■ **Raw data**
--------------------------------
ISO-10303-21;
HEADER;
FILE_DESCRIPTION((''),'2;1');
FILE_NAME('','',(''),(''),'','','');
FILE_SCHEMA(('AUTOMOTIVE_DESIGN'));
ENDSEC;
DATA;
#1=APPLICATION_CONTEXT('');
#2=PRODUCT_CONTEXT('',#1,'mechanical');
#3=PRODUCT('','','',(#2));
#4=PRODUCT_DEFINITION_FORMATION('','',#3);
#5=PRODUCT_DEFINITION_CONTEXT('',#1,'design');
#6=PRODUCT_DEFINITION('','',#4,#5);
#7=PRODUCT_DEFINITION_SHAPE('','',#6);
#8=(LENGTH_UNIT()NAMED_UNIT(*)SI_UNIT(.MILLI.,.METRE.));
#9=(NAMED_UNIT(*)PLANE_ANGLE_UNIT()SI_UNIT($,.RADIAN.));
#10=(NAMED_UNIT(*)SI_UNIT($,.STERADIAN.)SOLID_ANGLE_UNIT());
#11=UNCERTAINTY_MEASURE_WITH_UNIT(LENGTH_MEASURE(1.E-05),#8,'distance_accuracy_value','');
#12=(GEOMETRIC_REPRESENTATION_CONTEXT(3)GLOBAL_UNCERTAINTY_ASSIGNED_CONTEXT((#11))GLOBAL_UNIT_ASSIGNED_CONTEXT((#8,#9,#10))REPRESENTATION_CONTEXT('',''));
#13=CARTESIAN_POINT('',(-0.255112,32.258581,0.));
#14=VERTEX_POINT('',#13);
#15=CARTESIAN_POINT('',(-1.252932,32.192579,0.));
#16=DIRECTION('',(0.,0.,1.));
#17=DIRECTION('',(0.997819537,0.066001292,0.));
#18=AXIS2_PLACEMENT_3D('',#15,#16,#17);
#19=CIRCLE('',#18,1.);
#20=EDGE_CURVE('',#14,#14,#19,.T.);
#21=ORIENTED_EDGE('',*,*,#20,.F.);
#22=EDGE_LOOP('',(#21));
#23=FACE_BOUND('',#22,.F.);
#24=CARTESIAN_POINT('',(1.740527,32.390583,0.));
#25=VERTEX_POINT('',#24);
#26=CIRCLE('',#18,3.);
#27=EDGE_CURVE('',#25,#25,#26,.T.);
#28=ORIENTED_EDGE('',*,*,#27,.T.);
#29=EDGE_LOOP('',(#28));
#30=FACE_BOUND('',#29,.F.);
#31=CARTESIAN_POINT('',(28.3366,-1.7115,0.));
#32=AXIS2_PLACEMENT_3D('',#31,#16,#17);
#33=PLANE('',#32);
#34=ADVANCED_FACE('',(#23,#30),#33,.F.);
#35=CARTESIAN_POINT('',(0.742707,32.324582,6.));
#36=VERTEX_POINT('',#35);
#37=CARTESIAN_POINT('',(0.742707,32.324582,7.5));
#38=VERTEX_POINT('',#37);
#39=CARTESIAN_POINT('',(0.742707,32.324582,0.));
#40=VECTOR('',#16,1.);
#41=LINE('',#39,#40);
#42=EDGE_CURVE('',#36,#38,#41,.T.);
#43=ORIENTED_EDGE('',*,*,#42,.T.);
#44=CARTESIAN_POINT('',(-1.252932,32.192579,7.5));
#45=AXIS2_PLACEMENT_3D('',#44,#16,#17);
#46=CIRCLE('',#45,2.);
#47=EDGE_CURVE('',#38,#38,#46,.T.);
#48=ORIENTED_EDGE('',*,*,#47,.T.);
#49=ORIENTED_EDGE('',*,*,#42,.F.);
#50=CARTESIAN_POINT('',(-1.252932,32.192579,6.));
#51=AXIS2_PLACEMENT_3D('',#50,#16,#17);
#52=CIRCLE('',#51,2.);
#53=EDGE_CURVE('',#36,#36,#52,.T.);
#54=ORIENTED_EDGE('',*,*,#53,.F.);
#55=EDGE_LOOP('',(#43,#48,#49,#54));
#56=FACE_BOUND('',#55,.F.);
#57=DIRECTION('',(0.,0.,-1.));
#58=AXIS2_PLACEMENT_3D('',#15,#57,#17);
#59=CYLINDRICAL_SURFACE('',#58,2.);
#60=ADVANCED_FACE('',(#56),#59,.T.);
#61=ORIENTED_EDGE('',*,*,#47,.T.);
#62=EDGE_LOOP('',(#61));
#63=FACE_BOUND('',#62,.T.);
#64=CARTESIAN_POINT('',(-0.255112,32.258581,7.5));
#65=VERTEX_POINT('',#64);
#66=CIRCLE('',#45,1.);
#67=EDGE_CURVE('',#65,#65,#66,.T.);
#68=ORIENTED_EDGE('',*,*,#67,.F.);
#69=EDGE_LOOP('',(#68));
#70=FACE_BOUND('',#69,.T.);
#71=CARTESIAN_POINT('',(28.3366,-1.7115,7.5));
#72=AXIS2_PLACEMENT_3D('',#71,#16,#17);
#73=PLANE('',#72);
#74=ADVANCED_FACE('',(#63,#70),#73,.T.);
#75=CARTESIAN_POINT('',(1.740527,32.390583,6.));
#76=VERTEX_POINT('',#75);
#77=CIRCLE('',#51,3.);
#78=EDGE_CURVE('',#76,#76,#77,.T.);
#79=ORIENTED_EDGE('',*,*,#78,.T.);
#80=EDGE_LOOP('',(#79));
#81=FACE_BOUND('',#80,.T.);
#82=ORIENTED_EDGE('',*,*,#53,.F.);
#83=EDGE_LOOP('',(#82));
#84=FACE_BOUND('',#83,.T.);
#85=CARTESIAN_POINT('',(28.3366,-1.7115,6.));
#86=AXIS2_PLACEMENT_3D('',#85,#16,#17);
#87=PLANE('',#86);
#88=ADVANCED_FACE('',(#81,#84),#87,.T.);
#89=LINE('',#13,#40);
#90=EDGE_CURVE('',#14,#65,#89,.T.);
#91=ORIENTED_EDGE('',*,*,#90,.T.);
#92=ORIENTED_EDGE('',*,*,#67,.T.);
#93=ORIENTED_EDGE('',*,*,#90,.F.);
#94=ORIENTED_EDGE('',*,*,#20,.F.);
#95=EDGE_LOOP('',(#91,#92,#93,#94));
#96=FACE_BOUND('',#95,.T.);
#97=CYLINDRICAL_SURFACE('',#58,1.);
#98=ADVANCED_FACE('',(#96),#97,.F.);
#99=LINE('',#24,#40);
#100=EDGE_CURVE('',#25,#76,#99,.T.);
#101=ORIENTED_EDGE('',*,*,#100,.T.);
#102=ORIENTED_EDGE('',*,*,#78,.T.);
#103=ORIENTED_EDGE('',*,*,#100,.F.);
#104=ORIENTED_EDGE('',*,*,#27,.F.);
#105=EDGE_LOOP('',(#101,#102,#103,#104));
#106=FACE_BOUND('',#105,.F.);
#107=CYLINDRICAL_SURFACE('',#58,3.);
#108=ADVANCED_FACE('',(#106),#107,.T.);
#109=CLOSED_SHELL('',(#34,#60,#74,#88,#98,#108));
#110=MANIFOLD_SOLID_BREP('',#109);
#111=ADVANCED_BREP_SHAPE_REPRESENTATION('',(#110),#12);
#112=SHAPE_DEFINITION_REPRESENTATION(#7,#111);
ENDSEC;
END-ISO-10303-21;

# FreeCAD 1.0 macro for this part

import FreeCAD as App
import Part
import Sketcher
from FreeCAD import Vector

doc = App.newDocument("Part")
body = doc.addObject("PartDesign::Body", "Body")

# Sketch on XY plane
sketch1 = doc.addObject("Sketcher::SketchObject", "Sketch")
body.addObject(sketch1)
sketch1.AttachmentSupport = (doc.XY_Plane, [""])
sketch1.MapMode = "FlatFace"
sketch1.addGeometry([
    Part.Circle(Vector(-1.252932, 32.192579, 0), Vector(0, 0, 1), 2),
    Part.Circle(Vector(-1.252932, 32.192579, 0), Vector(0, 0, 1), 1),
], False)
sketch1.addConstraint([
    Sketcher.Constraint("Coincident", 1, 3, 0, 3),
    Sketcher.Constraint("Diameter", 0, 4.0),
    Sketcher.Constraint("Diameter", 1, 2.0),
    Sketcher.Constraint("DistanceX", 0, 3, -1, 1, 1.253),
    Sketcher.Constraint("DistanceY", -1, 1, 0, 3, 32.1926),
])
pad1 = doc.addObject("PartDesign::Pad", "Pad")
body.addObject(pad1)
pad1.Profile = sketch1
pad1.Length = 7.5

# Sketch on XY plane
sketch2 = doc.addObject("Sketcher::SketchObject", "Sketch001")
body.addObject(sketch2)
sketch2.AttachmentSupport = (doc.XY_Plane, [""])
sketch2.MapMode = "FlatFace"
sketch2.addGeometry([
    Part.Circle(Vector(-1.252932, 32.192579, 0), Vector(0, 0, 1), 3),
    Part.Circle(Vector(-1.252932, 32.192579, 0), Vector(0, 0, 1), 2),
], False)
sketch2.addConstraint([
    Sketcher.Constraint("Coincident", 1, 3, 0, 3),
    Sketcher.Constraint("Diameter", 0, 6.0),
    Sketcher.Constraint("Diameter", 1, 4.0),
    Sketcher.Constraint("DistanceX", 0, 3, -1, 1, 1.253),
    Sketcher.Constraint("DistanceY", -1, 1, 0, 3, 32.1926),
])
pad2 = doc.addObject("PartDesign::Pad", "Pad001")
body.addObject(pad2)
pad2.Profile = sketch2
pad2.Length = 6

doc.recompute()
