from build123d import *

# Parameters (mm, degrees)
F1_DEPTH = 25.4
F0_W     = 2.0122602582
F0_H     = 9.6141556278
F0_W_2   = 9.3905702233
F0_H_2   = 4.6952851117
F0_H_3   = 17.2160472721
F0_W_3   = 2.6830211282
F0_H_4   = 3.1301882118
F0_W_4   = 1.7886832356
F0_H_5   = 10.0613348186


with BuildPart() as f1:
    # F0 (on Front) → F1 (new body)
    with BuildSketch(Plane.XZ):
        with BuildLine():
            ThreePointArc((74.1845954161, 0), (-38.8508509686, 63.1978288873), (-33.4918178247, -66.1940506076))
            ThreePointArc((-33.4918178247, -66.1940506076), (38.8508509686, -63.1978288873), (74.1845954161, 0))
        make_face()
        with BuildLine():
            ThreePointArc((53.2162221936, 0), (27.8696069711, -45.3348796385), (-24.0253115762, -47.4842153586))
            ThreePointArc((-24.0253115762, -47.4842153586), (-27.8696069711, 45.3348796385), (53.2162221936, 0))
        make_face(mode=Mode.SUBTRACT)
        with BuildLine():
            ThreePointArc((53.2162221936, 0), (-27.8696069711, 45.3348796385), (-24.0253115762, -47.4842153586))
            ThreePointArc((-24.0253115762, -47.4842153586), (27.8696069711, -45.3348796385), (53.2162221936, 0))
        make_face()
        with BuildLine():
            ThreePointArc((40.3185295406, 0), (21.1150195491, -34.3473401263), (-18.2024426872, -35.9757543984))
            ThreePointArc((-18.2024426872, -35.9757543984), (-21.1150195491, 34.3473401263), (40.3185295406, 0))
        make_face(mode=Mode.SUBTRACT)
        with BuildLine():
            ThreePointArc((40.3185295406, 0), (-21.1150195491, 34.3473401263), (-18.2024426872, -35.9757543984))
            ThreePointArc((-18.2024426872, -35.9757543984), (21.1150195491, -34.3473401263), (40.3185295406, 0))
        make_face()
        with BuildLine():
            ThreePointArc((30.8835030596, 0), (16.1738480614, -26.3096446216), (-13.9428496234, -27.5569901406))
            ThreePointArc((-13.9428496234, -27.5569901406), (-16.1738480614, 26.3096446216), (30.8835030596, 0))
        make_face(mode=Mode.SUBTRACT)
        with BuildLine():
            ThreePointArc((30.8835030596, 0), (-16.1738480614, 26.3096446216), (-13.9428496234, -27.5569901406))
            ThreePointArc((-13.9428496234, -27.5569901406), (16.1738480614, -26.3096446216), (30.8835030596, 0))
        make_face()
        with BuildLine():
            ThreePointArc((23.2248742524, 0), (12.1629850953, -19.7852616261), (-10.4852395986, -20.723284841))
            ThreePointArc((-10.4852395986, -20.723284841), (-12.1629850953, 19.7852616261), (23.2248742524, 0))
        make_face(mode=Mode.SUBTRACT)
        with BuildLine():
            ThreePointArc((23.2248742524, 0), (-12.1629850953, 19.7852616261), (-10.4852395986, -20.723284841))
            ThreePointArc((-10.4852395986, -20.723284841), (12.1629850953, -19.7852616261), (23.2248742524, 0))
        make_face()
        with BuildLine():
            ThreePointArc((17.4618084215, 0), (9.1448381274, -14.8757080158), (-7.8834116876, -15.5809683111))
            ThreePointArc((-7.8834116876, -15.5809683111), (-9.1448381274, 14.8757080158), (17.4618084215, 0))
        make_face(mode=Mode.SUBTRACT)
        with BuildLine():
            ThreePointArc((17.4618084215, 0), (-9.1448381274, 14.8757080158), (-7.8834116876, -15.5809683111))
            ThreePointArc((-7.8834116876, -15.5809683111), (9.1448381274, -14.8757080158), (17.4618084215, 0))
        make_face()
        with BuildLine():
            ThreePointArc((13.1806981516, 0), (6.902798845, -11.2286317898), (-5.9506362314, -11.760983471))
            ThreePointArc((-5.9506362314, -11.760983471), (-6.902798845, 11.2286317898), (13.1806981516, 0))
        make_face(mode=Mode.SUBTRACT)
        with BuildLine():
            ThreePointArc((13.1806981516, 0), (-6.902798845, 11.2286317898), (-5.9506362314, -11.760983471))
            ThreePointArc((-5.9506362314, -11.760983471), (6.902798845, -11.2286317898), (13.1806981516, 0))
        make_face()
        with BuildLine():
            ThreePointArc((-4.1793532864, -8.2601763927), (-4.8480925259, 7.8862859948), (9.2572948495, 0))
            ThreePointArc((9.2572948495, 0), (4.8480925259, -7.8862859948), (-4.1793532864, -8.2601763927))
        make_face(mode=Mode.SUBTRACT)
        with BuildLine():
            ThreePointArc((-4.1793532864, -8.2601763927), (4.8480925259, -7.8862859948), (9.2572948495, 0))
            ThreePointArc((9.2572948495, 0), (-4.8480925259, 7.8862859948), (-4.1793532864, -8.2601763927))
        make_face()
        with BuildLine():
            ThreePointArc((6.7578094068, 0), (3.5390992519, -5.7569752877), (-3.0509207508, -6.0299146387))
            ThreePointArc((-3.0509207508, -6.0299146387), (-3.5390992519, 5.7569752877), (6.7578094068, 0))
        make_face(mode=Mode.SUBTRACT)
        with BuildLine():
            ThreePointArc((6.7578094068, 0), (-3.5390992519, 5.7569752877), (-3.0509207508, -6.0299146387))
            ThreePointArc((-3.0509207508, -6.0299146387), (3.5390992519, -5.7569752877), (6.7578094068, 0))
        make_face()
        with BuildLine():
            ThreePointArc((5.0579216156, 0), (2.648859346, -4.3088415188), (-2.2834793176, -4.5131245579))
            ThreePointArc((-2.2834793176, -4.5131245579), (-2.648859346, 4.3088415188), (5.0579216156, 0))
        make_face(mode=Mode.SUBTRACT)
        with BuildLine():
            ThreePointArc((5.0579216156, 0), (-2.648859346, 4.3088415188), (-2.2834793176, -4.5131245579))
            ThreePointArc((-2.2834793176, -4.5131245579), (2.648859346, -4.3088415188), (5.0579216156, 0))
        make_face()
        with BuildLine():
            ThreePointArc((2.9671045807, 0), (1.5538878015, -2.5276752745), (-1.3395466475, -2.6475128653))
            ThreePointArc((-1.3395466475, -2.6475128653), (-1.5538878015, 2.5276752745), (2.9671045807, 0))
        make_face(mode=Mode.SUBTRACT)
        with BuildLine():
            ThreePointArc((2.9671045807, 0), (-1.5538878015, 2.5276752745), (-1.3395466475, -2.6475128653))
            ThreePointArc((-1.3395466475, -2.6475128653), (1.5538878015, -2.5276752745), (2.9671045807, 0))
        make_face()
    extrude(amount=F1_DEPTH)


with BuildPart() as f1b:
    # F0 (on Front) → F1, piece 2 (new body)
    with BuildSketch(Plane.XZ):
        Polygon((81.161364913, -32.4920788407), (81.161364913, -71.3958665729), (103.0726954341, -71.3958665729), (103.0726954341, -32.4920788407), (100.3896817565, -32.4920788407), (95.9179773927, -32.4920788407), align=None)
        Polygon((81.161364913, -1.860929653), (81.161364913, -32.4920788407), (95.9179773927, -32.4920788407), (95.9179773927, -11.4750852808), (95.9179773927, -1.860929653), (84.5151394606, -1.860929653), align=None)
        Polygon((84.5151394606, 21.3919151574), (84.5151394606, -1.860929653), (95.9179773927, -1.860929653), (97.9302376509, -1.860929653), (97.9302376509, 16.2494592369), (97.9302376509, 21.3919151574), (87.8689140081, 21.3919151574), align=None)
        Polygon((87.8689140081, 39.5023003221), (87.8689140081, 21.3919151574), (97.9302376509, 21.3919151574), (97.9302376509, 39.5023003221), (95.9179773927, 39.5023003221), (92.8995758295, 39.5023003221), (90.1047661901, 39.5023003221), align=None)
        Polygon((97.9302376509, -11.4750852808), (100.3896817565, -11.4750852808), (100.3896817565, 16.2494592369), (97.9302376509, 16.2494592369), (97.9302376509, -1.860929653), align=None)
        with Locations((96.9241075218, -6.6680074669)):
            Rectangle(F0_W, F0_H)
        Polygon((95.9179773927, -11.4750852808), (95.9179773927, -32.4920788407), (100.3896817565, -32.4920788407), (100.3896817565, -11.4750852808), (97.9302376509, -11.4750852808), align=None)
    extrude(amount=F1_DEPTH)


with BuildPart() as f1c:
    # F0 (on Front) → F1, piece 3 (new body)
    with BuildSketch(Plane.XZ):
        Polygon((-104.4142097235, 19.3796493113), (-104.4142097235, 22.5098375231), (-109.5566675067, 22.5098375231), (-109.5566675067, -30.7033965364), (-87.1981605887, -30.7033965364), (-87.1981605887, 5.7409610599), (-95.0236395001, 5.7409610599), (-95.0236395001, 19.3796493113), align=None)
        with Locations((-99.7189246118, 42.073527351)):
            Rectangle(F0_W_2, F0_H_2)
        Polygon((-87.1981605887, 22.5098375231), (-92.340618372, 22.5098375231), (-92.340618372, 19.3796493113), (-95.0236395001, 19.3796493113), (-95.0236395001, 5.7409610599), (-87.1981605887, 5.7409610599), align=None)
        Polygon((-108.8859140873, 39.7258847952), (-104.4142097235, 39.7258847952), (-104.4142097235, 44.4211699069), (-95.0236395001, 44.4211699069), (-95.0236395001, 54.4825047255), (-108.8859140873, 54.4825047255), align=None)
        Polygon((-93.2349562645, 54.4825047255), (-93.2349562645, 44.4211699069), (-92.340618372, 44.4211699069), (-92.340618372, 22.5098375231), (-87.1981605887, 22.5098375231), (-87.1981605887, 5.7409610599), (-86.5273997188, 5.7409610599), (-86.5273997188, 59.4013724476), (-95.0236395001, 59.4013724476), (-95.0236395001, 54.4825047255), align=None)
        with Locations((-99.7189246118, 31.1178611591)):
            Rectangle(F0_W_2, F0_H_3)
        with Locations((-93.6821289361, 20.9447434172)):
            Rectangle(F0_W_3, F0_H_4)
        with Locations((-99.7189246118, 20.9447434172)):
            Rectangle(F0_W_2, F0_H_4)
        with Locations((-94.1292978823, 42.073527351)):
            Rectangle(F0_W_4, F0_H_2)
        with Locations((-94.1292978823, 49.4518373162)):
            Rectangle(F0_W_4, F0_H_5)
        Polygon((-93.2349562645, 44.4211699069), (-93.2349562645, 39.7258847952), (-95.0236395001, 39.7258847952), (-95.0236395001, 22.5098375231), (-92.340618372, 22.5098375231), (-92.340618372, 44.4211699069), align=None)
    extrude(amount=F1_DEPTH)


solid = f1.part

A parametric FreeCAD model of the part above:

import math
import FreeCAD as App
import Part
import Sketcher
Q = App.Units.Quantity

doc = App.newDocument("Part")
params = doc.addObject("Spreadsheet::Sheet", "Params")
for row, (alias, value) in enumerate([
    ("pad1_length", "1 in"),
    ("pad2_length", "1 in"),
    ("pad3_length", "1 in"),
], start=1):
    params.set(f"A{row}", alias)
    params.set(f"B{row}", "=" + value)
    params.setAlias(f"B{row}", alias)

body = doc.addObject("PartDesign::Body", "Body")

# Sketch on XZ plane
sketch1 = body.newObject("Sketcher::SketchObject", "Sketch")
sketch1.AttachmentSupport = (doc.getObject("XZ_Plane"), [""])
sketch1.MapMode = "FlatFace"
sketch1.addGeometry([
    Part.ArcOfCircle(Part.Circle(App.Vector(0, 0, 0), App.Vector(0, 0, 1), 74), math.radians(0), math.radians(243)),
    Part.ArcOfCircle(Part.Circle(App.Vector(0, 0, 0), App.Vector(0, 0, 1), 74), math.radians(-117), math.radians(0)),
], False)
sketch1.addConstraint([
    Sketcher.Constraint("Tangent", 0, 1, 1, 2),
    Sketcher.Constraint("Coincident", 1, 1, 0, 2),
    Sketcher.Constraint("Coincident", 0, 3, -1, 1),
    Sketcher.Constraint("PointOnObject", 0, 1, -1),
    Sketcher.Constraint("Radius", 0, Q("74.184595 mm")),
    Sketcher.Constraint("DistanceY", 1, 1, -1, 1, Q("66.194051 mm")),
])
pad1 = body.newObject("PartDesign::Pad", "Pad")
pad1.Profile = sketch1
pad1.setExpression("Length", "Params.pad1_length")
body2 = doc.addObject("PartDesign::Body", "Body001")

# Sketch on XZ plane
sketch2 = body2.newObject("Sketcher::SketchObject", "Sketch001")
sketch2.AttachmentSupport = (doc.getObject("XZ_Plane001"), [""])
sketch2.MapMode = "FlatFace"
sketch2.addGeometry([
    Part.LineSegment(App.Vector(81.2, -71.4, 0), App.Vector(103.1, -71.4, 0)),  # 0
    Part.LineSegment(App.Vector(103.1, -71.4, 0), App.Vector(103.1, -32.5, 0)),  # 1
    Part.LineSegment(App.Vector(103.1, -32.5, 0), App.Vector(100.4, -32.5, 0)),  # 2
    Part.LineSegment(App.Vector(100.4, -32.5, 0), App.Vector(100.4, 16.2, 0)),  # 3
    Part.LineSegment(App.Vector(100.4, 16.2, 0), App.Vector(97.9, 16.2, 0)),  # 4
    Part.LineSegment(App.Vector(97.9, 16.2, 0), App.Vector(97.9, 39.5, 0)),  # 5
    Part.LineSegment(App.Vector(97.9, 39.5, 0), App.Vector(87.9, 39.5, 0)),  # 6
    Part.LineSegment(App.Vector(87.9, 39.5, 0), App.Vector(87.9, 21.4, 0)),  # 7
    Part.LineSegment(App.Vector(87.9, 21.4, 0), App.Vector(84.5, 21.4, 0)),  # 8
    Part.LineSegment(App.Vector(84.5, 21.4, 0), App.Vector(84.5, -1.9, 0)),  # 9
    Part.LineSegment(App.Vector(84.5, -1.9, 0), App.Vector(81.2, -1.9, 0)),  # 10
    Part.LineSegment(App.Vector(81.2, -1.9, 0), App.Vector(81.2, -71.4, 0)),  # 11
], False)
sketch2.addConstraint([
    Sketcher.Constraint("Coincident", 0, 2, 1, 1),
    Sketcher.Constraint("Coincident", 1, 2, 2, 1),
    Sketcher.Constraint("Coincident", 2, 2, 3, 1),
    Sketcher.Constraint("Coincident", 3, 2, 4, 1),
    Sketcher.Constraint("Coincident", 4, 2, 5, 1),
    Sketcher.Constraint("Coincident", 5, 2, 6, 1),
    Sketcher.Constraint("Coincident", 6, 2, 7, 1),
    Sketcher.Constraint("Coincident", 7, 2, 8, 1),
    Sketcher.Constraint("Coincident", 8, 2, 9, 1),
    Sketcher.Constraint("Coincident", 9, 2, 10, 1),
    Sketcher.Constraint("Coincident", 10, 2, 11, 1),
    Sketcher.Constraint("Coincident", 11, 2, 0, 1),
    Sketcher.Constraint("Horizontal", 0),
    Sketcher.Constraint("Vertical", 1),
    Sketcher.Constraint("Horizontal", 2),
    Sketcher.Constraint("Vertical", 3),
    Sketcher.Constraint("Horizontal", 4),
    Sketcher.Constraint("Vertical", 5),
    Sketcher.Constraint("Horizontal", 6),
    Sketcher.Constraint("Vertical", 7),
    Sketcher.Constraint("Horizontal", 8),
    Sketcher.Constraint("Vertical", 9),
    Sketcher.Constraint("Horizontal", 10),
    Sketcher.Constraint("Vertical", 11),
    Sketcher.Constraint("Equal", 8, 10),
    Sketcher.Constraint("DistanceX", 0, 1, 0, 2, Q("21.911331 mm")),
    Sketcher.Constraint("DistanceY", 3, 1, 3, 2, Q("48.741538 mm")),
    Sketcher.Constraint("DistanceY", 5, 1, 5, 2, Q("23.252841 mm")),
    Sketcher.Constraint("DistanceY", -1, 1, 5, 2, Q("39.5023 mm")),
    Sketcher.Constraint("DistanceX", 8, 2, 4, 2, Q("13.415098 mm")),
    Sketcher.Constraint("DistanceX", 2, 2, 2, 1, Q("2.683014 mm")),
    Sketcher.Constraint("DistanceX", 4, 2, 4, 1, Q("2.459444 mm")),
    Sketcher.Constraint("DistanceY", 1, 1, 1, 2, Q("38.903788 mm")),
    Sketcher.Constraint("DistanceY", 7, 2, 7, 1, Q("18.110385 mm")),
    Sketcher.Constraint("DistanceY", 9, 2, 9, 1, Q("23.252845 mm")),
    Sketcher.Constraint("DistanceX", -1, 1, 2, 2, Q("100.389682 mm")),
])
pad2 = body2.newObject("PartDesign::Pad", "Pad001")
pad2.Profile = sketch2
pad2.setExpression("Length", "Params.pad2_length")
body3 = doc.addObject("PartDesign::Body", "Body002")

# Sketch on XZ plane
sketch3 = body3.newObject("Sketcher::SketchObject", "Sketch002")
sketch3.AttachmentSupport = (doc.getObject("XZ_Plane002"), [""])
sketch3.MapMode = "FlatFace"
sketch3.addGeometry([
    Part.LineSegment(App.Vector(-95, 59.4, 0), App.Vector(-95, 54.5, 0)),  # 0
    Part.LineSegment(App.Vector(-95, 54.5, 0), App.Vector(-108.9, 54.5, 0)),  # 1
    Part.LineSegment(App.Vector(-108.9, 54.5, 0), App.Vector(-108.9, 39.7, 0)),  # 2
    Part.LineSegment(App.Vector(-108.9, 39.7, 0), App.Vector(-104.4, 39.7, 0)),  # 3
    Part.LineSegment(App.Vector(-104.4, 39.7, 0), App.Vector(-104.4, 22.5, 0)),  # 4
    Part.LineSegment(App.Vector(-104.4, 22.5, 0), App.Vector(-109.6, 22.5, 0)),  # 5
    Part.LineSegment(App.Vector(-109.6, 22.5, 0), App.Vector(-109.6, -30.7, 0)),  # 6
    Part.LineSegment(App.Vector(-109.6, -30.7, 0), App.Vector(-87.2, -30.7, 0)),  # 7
--------------------------------
■ **Your assignment**
Copy the lines of the data above exactly as written, beginning with the line containing "#71=CARTESIAN_POINT('',(28.3366,-1.7115,7.5));" and ending with the line containing "#90=EDGE_CURVE('',#14,#65,#89,.T.);", and leave out all other lines.

■ **Response to this exercise**
#71=CARTESIAN_POINT('',(28.3366,-1.7115,7.5));
#72=AXIS2_PLACEMENT_3D('',#71,#16,#17);
#73=PLANE('',#72);
#74=ADVANCED_FACE('',(#63,#70),#73,.T.);
#75=CARTESIAN_POINT('',(1.740527,32.390583,6.));
#76=VERTEX_POINT('',#75);
#77=CIRCLE('',#51,3.);
#78=EDGE_CURVE('',#76,#76,#77,.T.);
#79=ORIENTED_EDGE('',*,*,#78,.T.);
#80=EDGE_LOOP('',(#79));
#81=FACE_BOUND('',#80,.T.);
#82=ORIENTED_EDGE('',*,*,#53,.F.);
#83=EDGE_LOOP('',(#82));
#84=FACE_BOUND('',#83,.T.);
#85=CARTESIAN_POINT('',(28.3366,-1.7115,6.));
#86=AXIS2_PLACEMENT_3D('',#85,#16,#17);
#87=PLANE('',#86);
#88=ADVANCED_FACE('',(#81,#84),#87,.T.);
#89=LINE('',#13,#40);
#90=EDGE_CURVE('',#14,#65,#89,.T.);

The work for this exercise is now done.